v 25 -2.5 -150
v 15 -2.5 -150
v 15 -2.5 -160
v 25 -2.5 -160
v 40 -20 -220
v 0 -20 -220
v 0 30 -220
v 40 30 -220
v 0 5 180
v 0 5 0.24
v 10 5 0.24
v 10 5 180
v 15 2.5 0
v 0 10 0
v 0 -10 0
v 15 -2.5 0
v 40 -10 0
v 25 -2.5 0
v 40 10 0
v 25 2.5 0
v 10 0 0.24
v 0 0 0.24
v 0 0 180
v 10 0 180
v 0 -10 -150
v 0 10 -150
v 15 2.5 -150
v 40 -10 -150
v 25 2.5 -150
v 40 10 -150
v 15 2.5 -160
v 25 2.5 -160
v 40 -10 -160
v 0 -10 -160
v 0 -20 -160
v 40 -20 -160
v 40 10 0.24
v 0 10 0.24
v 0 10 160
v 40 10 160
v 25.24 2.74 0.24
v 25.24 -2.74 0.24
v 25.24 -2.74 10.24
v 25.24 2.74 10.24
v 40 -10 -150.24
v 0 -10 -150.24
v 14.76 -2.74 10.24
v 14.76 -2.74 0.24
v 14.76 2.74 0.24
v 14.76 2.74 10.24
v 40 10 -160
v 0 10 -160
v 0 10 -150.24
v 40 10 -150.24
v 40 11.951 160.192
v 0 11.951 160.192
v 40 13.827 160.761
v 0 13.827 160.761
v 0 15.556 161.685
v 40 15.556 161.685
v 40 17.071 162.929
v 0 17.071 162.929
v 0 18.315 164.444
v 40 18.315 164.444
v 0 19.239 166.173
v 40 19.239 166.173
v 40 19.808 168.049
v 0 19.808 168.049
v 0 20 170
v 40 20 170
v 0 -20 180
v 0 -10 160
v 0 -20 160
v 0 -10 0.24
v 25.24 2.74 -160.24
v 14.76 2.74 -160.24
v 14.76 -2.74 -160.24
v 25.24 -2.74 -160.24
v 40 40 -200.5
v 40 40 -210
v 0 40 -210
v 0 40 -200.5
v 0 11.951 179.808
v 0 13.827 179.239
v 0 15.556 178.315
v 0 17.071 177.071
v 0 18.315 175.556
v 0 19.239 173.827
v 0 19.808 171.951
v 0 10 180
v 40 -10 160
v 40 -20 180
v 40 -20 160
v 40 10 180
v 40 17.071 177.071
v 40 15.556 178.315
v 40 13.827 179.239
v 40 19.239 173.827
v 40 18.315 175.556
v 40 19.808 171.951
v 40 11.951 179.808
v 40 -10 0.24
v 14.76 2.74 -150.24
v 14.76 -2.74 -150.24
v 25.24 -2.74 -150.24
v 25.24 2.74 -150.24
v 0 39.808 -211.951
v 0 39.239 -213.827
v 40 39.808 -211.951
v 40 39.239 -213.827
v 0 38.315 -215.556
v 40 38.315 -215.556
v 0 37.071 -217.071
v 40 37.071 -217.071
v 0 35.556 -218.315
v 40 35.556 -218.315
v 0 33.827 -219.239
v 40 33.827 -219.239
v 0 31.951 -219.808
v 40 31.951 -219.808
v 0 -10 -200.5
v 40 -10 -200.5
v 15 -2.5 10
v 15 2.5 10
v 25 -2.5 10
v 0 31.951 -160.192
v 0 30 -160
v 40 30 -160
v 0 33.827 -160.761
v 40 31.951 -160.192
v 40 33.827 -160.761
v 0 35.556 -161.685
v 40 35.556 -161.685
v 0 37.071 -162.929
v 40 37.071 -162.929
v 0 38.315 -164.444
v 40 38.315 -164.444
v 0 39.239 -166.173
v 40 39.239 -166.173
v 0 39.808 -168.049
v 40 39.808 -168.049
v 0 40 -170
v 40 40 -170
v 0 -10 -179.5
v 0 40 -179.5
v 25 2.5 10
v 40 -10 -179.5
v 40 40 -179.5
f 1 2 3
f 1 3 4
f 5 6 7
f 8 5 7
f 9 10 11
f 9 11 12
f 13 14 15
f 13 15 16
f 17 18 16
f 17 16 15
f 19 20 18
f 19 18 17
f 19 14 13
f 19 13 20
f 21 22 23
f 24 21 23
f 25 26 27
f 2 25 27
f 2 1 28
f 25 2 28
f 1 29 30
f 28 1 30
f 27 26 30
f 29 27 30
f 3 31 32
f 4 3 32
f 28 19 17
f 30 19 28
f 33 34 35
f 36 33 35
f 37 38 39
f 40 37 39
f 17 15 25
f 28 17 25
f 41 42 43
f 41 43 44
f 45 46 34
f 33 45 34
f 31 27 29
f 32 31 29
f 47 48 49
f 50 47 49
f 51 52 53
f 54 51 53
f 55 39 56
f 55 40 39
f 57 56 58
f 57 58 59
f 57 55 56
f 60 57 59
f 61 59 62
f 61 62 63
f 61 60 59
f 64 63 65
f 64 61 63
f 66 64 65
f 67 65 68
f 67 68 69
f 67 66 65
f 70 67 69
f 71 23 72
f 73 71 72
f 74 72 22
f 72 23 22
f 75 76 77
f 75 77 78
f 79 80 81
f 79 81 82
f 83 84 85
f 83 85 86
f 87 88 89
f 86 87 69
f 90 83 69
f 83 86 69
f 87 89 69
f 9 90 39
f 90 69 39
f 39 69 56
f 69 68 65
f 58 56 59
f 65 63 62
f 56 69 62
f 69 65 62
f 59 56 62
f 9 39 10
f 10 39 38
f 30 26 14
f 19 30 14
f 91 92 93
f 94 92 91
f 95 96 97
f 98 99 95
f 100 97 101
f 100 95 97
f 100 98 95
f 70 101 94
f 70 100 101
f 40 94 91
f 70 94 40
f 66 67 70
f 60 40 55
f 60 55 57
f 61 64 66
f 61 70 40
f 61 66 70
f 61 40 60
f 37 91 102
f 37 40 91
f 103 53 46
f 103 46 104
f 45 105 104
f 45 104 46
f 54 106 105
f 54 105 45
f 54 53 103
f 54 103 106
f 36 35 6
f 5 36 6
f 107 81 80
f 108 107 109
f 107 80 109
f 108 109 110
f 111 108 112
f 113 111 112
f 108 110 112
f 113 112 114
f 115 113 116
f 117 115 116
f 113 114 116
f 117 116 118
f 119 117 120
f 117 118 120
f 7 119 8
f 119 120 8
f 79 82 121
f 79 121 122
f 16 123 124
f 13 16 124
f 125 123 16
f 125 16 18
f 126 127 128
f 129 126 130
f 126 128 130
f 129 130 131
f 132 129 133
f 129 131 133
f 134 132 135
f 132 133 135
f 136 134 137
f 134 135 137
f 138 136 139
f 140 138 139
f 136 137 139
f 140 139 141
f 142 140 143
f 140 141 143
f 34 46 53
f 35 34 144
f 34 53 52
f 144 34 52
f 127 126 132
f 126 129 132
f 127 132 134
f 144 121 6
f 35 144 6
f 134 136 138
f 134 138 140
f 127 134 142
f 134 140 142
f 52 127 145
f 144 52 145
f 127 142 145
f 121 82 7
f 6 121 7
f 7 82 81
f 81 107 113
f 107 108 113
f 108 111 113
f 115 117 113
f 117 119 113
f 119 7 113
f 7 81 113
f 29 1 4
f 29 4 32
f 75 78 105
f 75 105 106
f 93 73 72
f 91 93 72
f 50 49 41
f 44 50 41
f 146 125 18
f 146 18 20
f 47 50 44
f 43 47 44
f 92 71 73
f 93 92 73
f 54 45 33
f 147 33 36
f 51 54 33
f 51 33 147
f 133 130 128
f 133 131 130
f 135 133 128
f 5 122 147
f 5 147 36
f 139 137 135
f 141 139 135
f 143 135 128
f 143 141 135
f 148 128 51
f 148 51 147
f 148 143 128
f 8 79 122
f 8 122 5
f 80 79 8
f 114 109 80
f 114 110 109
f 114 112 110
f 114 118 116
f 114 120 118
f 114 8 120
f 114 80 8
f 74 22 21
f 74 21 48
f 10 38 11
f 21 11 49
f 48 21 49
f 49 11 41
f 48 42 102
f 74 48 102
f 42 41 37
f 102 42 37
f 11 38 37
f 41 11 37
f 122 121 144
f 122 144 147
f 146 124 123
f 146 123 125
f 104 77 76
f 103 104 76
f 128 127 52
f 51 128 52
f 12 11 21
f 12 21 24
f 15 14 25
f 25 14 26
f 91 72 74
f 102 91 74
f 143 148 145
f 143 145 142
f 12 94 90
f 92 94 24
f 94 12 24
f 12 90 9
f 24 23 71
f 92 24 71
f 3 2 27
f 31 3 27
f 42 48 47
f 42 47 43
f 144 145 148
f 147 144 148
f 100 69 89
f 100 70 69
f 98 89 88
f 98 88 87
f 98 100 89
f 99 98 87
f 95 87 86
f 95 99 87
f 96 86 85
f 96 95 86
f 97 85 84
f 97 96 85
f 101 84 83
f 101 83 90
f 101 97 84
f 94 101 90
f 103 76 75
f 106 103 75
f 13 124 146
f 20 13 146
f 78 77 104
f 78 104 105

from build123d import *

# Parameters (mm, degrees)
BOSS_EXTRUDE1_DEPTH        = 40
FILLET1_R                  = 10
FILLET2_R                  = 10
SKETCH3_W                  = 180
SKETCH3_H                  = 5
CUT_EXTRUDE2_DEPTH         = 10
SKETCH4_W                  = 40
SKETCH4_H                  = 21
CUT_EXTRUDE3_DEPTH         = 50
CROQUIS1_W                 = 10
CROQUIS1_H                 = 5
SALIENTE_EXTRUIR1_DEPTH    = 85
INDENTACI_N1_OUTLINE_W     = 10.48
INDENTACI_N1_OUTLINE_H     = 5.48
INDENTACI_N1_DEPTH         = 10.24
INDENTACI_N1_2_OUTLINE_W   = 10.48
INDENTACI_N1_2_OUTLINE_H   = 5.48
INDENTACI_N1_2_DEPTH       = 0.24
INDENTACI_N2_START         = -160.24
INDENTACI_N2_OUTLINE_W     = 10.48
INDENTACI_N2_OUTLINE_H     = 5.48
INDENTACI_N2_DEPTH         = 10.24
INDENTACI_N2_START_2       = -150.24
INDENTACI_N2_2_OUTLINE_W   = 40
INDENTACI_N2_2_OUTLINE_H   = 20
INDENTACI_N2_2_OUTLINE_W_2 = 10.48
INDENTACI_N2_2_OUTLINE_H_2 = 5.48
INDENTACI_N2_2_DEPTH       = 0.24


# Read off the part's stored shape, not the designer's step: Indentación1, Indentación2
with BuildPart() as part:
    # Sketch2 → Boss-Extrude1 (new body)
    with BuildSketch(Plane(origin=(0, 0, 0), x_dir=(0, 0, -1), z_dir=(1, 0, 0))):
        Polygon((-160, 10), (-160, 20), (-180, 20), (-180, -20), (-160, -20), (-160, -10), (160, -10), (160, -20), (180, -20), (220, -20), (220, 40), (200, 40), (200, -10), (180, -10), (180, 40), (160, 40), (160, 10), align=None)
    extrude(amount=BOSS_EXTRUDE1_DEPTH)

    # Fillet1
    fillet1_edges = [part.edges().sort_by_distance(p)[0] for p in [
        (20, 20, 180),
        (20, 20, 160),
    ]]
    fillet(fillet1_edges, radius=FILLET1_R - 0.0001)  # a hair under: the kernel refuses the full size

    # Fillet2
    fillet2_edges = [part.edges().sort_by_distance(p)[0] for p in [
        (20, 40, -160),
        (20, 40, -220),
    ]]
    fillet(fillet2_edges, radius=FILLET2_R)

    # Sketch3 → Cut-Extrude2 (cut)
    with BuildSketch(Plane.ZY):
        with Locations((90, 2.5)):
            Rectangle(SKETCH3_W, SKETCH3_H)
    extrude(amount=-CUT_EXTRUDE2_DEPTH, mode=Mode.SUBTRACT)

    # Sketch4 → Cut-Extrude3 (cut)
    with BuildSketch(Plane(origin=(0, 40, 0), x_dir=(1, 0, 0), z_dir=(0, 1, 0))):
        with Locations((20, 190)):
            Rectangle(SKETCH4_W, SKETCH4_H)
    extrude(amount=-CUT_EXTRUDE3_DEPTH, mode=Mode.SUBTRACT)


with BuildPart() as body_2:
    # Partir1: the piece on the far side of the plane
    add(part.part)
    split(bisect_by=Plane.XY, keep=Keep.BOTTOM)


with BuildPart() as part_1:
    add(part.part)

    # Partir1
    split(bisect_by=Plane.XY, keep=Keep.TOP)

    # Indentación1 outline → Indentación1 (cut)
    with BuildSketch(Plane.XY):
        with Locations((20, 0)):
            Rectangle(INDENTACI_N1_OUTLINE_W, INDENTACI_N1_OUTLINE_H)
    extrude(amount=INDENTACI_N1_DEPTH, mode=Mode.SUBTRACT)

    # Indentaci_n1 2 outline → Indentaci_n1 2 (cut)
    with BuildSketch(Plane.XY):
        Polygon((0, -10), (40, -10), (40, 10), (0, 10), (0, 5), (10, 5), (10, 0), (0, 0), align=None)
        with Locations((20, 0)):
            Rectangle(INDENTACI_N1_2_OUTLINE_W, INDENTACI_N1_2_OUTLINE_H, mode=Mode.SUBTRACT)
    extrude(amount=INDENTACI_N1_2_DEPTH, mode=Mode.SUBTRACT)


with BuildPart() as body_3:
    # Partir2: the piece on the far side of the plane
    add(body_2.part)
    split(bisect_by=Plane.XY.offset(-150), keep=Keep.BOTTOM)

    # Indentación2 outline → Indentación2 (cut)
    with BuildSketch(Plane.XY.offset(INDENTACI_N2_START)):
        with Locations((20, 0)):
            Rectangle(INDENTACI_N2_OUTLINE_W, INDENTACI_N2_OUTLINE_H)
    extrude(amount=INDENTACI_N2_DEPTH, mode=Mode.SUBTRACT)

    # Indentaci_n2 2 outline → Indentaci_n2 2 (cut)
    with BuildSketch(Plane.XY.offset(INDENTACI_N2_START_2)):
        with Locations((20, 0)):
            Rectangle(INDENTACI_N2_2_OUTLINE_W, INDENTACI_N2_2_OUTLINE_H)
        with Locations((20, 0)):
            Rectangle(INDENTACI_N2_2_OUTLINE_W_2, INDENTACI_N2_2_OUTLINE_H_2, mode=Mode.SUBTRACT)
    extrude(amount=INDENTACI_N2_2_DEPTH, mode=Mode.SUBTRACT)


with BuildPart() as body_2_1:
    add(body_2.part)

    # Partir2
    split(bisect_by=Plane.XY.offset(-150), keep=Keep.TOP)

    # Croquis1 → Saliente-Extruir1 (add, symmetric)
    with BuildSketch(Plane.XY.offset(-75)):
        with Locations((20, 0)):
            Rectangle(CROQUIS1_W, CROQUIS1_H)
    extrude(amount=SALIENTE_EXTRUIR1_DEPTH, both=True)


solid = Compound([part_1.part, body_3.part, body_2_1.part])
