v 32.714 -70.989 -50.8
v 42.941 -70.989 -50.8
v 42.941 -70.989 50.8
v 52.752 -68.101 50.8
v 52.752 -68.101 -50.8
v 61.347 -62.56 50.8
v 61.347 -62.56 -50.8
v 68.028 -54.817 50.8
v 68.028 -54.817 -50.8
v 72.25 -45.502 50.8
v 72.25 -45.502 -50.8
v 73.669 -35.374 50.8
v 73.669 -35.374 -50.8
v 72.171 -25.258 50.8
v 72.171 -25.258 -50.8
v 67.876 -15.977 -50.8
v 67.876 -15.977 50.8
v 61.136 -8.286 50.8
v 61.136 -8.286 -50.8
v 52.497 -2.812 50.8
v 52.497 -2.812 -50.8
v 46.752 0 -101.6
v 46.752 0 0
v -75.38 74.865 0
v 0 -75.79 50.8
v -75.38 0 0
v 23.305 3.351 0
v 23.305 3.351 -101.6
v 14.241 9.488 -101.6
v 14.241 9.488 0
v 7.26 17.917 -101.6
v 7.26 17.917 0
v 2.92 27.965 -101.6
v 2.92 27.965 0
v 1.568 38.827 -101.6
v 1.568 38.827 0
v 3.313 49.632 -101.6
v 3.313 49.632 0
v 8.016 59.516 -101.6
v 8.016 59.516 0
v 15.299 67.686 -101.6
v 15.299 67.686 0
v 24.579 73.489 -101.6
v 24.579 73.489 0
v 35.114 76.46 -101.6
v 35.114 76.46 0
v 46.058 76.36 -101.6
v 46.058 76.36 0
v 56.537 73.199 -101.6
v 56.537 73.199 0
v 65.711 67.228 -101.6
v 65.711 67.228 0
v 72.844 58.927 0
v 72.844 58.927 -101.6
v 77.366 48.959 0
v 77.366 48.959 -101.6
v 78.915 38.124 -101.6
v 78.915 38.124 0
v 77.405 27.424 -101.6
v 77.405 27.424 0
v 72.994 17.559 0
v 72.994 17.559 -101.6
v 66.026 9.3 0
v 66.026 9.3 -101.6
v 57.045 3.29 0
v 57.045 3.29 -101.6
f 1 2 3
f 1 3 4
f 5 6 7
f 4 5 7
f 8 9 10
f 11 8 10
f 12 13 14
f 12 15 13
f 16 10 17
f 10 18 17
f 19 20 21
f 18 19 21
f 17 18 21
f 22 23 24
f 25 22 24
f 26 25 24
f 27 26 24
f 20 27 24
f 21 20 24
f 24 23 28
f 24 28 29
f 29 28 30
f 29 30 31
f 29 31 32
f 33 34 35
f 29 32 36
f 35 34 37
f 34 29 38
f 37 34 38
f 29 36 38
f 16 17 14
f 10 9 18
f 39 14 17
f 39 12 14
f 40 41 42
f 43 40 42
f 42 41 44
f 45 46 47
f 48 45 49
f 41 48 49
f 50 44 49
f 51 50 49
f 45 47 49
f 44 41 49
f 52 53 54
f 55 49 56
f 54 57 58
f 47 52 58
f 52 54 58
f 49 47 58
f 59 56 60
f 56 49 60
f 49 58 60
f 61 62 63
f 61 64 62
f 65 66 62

# Problem requirements
Write out again, exactly, the lines from the start of the entries up to and including the one with "v 0 -20 -160". Nothing else belongs in the reply.

# Response to this exercise
v 25 -2.5 -150
v 15 -2.5 -150
v 15 -2.5 -160
v 25 -2.5 -160
v 40 -20 -220
v 0 -20 -220
v 0 30 -220
v 40 30 -220
v 0 5 180
v 0 5 0.24
v 10 5 0.24
v 10 5 180
v 15 2.5 0
v 0 10 0
v 0 -10 0
v 15 -2.5 0
v 40 -10 0
v 25 -2.5 0
v 40 10 0
v 25 2.5 0
v 10 0 0.24
v 0 0 0.24
v 0 0 180
v 10 0 180
v 0 -10 -150
v 0 10 -150
v 15 2.5 -150
v 40 -10 -150
v 25 2.5 -150
v 40 10 -150
v 15 2.5 -160
v 25 2.5 -160
v 40 -10 -160
v 0 -10 -160
v 0 -20 -160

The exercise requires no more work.